### Activity
Restate the last part of the records below word for word, beginning at the line with "#222=ADVANCED_FACE('',(#219),#221,.T.);" and ending at the final line.

[Stored entries]
• • •

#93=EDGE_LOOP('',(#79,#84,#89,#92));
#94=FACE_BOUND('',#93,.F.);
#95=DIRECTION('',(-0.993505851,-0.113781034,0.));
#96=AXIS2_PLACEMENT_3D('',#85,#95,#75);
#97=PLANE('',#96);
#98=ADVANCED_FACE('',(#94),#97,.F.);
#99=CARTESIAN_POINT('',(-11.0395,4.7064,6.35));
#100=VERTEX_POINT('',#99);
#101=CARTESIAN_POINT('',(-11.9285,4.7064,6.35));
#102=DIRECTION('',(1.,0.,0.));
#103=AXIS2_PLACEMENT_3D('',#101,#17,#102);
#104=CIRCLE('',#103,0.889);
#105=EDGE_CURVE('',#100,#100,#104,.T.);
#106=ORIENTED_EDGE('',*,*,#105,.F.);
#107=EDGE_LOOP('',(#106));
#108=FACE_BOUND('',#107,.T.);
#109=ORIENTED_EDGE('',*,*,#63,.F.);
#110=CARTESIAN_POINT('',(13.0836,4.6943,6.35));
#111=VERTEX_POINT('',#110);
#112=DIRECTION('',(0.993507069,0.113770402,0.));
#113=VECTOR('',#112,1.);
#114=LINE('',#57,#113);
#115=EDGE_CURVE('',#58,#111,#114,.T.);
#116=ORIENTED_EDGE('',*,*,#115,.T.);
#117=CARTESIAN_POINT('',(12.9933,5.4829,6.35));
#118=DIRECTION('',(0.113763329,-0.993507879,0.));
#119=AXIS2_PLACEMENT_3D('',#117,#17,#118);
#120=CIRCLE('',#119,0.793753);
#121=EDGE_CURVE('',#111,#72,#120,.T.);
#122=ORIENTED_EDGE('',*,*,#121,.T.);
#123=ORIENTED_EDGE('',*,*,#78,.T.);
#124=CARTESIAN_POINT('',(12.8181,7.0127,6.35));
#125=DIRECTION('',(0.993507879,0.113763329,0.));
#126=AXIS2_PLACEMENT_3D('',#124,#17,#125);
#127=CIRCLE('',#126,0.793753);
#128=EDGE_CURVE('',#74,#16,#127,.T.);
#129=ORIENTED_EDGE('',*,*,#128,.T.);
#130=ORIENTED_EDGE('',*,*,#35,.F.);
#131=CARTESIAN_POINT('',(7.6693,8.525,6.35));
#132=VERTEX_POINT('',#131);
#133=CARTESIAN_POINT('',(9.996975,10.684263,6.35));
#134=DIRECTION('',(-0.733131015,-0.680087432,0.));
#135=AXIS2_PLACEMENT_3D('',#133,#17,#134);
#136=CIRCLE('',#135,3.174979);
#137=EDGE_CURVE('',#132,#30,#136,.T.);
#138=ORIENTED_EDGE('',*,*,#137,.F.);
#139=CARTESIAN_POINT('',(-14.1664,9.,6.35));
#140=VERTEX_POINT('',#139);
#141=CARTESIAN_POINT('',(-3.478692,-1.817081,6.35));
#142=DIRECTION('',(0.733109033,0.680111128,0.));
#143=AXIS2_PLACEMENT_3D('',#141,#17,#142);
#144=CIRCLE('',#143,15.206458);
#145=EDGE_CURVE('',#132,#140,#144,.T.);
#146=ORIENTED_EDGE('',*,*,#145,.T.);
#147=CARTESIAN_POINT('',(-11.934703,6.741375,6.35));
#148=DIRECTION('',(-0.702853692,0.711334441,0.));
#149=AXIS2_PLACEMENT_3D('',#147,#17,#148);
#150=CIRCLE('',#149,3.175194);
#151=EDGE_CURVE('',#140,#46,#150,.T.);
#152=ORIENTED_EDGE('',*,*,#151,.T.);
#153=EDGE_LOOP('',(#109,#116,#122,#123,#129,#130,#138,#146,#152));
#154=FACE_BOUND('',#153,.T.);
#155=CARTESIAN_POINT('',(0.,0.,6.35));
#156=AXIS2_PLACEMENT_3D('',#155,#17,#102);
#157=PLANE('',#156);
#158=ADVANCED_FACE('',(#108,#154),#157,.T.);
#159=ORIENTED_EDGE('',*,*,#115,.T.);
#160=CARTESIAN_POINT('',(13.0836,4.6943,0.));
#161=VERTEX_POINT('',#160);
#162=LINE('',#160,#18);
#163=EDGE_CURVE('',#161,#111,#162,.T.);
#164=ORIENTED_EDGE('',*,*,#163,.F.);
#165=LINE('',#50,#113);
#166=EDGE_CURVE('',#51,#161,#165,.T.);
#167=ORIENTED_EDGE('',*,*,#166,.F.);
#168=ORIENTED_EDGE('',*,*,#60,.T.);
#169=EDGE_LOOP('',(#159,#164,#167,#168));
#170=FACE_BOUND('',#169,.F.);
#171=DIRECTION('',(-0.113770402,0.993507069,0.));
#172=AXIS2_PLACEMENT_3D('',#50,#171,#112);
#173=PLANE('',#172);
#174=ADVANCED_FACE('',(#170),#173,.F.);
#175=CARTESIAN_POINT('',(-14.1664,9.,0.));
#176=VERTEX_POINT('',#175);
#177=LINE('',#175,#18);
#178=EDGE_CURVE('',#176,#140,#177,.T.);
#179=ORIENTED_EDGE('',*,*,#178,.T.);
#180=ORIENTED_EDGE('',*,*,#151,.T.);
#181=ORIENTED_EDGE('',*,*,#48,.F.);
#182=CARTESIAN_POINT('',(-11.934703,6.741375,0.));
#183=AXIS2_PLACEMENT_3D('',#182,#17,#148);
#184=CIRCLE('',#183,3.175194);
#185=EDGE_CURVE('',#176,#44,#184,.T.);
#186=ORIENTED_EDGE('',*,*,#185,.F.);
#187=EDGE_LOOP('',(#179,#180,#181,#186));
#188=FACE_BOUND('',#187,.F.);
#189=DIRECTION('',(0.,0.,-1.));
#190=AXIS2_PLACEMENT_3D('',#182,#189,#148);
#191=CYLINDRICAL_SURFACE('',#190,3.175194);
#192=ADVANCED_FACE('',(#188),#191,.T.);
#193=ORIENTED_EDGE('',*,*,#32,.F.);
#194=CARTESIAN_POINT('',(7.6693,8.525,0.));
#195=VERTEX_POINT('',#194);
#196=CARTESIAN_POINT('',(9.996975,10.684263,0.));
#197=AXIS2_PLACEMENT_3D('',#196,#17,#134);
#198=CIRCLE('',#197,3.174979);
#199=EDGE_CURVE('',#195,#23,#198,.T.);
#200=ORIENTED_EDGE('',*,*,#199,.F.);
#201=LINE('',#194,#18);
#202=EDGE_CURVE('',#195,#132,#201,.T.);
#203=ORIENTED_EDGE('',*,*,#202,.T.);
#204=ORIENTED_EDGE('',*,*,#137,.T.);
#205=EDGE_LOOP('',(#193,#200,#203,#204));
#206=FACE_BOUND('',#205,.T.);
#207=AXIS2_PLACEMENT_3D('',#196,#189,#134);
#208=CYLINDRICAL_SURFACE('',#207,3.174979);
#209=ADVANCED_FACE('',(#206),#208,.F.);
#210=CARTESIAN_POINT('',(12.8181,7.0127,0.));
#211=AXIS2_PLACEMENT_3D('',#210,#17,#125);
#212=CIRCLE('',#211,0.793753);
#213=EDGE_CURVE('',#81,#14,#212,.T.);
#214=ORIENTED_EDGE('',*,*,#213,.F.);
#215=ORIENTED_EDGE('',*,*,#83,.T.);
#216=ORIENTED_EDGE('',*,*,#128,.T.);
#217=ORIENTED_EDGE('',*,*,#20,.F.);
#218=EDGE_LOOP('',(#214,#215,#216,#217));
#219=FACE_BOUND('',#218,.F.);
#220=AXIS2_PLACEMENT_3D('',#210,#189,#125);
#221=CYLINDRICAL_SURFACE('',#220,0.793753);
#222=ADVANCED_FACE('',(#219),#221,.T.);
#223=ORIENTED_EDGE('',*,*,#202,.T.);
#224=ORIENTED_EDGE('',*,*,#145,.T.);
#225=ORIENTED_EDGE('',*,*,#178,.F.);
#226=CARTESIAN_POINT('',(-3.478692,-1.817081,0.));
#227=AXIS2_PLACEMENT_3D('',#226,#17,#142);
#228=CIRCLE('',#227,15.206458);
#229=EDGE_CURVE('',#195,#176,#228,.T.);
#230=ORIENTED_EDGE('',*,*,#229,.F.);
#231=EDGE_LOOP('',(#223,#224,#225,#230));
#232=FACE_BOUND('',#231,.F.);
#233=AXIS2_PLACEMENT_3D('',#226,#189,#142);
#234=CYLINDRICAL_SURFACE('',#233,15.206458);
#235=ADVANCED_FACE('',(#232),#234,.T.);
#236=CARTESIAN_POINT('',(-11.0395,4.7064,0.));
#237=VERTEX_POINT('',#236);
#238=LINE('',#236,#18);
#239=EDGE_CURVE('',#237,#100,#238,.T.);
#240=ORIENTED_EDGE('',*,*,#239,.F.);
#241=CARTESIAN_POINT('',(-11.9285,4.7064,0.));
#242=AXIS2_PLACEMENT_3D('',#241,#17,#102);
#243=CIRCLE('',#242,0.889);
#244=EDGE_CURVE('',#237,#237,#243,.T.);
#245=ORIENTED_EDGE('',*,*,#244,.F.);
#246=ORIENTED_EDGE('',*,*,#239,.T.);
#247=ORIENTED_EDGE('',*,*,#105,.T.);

• • •

### Answer section
#222=ADVANCED_FACE('',(#219),#221,.T.);
#223=ORIENTED_EDGE('',*,*,#202,.T.);
#224=ORIENTED_EDGE('',*,*,#145,.T.);
#225=ORIENTED_EDGE('',*,*,#178,.F.);
#226=CARTESIAN_POINT('',(-3.478692,-1.817081,0.));
#227=AXIS2_PLACEMENT_3D('',#226,#17,#142);
#228=CIRCLE('',#227,15.206458);
#229=EDGE_CURVE('',#195,#176,#228,.T.);
#230=ORIENTED_EDGE('',*,*,#229,.F.);
#231=EDGE_LOOP('',(#223,#224,#225,#230));
#232=FACE_BOUND('',#231,.F.);
#233=AXIS2_PLACEMENT_3D('',#226,#189,#142);
#234=CYLINDRICAL_SURFACE('',#233,15.206458);
#235=ADVANCED_FACE('',(#232),#234,.T.);
#236=CARTESIAN_POINT('',(-11.0395,4.7064,0.));
#237=VERTEX_POINT('',#236);
#238=LINE('',#236,#18);
#239=EDGE_CURVE('',#237,#100,#238,.T.);
#240=ORIENTED_EDGE('',*,*,#239,.F.);
#241=CARTESIAN_POINT('',(-11.9285,4.7064,0.));
#242=AXIS2_PLACEMENT_3D('',#241,#17,#102);
#243=CIRCLE('',#242,0.889);
#244=EDGE_CURVE('',#237,#237,#243,.T.);
#245=ORIENTED_EDGE('',*,*,#244,.F.);
#246=ORIENTED_EDGE('',*,*,#239,.T.);
#247=ORIENTED_EDGE('',*,*,#105,.T.);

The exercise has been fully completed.